Sustainable Fishing:

Balancing Livelihoods and Marine Conservation in Costa Rica 

What is Sustainable Fishing?

Sustainable fishing is the practice of harvesting fish in a manner that maintains the long-term vitality of fish populations and marine ecosystems. This holistic approach safeguards against overexploitation, ensuring the marine environment is not damaged, and that the livelihoods of those reliant on the ocean such as fishermen and coastal communities are supported for generations to come. 

Decades of unregulated overfishing have detrimentally impacted marine biodiversity and ecosystems, necessitating a shift towards more mindful fishing practices. 

To address these impacts, scientists assess the health of fish stocks, delving into factors such as population size, spawning patterns, predation, and survival rates to maturity. Through collecting this information, fisheries can implement harvest control rules, which require catches to be reduced if the species’ population declines. By integrating scientific insights and adopting adaptive management strategies, sustainable fisheries can foster a harmonious coexistence between human activities and the marine environment, ensuring its vitality for future generations.

Indigenous cultures worldwide have practised sustainable fishing for thousands of years, utilizing techniques such as spearfishing, hook-and-line methods, and cast nets. These methods minimize bycatch, which is the accidental catch of a different species. They also set aside vulnerable areas, such as coral reefs, and have seasonal restrictions on certain species to allow replenishment of fish stocks. By observing these Indigenous practices, fisheries can learn and adapt their methods to mitigate their environmental impact.

“We need to respect the oceans and take care of them as if our lives depend on it. Because they do.”

Sylvia Earle

Why is it so Important?

Sustainable fishing is imperative in protecting ocean biodiversity and maintaining a healthy and resilient ocean. With fishers extracting over 77 billion kilograms (170 billion pounds) of sea life from the oceans annually, there are escalating concerns that this exploitation may result in a global collapse of fisheries. Climate change is already having detrimental impacts on our oceans and the health of fish stocks, making the need for sustainable fishing more important than ever.
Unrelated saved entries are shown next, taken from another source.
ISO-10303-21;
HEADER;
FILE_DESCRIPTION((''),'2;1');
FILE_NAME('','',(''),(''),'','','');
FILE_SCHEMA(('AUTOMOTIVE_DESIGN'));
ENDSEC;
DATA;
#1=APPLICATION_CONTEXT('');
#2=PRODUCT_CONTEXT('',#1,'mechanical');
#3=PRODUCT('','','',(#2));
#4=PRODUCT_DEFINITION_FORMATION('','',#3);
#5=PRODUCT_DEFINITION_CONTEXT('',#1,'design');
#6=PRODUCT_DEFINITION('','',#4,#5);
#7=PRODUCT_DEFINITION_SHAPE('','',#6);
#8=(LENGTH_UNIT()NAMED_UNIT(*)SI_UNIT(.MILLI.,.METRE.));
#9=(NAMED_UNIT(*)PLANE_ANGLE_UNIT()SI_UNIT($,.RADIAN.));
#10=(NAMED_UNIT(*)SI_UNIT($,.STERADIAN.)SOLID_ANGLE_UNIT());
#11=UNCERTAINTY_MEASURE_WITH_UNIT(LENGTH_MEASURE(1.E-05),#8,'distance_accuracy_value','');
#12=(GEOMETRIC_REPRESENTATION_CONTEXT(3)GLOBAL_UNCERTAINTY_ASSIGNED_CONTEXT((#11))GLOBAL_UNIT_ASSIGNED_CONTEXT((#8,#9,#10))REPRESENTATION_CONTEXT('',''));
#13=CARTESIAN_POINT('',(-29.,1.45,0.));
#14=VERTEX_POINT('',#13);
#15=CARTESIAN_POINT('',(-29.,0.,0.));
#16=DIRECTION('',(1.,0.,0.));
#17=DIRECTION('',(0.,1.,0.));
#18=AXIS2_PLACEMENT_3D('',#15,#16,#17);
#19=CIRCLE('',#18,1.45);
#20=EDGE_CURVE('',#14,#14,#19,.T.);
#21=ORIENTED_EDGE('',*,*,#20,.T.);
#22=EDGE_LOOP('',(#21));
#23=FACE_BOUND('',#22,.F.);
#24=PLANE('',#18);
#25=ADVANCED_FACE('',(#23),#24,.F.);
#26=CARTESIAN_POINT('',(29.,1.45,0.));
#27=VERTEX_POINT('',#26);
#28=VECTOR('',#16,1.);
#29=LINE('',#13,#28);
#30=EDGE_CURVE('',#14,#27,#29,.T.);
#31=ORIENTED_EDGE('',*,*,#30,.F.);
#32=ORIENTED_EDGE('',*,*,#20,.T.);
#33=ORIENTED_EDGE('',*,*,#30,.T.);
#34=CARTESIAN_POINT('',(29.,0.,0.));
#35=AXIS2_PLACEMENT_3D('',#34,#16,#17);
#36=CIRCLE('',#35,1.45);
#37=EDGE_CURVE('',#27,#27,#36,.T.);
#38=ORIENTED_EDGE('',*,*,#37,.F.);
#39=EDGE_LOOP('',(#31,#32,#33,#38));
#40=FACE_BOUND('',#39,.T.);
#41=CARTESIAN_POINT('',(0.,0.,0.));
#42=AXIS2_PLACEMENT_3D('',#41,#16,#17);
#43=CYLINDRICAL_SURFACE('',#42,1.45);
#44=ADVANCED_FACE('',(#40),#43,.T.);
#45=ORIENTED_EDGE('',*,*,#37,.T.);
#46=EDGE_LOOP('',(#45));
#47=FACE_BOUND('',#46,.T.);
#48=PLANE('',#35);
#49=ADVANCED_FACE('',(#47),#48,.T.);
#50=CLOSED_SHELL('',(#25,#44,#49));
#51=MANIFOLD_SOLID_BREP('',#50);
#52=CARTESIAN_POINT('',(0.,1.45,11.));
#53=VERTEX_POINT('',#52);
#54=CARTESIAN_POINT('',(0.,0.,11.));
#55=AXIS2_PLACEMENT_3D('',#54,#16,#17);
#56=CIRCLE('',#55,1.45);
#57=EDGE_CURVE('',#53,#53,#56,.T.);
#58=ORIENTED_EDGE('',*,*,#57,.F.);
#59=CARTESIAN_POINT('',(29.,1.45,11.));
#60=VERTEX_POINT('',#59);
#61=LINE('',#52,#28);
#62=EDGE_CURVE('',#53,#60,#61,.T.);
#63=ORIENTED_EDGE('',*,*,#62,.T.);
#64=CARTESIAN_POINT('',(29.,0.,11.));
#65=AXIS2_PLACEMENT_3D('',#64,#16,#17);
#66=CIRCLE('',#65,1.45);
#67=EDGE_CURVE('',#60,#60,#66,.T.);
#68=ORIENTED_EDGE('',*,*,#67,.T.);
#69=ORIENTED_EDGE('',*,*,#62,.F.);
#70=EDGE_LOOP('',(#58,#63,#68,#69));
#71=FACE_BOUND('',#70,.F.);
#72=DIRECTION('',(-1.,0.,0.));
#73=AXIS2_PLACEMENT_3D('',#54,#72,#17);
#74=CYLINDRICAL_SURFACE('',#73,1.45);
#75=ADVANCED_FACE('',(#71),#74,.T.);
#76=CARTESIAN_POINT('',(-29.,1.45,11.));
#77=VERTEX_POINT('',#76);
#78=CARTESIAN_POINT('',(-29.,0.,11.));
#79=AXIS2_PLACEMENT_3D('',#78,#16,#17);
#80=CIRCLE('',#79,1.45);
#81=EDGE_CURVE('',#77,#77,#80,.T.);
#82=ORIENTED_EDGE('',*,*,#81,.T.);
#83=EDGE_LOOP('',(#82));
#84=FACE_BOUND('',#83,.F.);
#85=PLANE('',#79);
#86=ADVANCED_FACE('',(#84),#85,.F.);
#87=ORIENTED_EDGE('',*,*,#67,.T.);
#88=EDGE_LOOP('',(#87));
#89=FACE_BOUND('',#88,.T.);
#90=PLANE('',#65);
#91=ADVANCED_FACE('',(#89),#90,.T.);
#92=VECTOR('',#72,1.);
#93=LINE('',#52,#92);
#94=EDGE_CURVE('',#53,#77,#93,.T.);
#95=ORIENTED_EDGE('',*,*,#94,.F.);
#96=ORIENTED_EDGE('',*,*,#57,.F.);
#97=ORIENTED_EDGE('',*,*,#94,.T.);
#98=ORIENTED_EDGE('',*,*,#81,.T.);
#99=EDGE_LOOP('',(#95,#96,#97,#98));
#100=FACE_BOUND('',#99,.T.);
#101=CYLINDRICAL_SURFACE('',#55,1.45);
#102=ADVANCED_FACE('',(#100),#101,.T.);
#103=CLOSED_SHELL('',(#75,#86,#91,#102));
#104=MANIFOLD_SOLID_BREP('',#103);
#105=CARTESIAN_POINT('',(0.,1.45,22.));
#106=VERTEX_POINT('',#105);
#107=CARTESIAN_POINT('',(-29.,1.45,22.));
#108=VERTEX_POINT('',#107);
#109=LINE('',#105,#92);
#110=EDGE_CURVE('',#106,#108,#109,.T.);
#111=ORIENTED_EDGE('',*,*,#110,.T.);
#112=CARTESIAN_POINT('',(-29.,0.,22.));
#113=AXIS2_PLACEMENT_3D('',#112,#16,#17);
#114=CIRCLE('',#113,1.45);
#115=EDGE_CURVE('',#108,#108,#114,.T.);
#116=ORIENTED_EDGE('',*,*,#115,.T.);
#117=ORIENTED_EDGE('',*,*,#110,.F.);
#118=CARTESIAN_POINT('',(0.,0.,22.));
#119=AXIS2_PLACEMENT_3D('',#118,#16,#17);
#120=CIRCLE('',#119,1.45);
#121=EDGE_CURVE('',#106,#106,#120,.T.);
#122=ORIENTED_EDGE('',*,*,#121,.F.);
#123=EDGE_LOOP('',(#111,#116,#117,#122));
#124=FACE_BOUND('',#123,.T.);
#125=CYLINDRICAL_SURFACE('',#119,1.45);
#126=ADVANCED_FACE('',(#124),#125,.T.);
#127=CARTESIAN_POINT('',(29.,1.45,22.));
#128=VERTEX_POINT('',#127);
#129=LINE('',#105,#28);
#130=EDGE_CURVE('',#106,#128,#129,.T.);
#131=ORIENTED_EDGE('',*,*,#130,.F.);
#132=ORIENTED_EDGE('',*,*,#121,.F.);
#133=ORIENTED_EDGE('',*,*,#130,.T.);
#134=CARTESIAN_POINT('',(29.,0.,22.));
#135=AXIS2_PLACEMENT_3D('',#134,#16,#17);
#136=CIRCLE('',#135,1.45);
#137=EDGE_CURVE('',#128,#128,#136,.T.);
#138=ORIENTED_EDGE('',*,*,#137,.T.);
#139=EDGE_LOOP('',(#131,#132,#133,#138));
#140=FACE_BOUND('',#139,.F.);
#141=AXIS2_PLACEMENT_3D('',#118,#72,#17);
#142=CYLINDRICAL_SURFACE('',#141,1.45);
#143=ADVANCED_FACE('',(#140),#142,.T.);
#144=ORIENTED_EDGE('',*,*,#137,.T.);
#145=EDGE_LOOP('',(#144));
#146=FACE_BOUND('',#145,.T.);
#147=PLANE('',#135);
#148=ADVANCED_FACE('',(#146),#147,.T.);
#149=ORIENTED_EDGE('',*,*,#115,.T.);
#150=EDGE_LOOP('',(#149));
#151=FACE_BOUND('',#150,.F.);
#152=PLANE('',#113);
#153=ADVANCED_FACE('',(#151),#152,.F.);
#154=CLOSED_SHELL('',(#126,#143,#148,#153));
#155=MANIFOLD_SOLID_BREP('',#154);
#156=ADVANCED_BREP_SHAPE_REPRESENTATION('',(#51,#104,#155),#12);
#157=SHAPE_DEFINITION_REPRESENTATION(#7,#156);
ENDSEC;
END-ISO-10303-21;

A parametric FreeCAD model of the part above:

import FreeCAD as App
import Part
import Sketcher

V = App.Vector
Q = App.Units.Quantity

doc = App.newDocument("Part")
body = doc.addObject("PartDesign::Body", "Body")
body.AllowCompound = True

# Sketch on YZ plane
sketch1 = body.newObject("Sketcher::SketchObject", "Sketch")
sketch1.AttachmentSupport = (doc.getObject("YZ_Plane"), [""])
sketch1.MapMode = "FlatFace"
sketch1.addGeometry([
    Part.Circle(V(0, 22, 0), V(0, 0, 1), 1.45),
    Part.Circle(V(0, 11, 0), V(0, 0, 1), 1.45),
    Part.Circle(V(0, 0, 0), V(0, 0, 1), 1.45),
], False)
sketch1.addConstraint([
    Sketcher.Constraint("Coincident", 2, 3, -1, 1),
    Sketcher.Constraint("Equal", 0, 1),
    Sketcher.Constraint("Equal", 1, 2),
    Sketcher.Constraint("PointOnObject", 0, 3, -2),
    Sketcher.Constraint("PointOnObject", 1, 3, -2),
    Sketcher.Constraint("Diameter", 0, Q("2.9 mm")),
    Sketcher.Constraint("DistanceY", -1, 1, 0, 3, Q("22 mm")),
    Sketcher.Constraint("DistanceY", -1, 1, 1, 3, Q("11 mm")),
])
pad1 = body.newObject("PartDesign::Pad", "Pad")
pad1.Profile = sketch1
pad1.Length = 58
pad1.Midplane = True

doc.recompute()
Unsustainable practices such as overfishing not only deplete targeted fish populations, but also lead to the unintended capture of non-targeted species such as turtles, birds, and other marine life. As much as 40% of fisheries’ captures worldwide are bycatch, and an estimated 650,000 whales, dolphins, and seals are killed annually by fishing nets. Unselective and destructive fishing practices such as bottom trawling and drift net fishing are also destroying delicate marine habitats, such as coral reefs, seagrass and seabed communities. 

With all of these fishing practices, over 640,000 tons of plastic waste is generated and left to pollute the ocean. This includes nets, lines and traps that are continuously trapping and killing marine life.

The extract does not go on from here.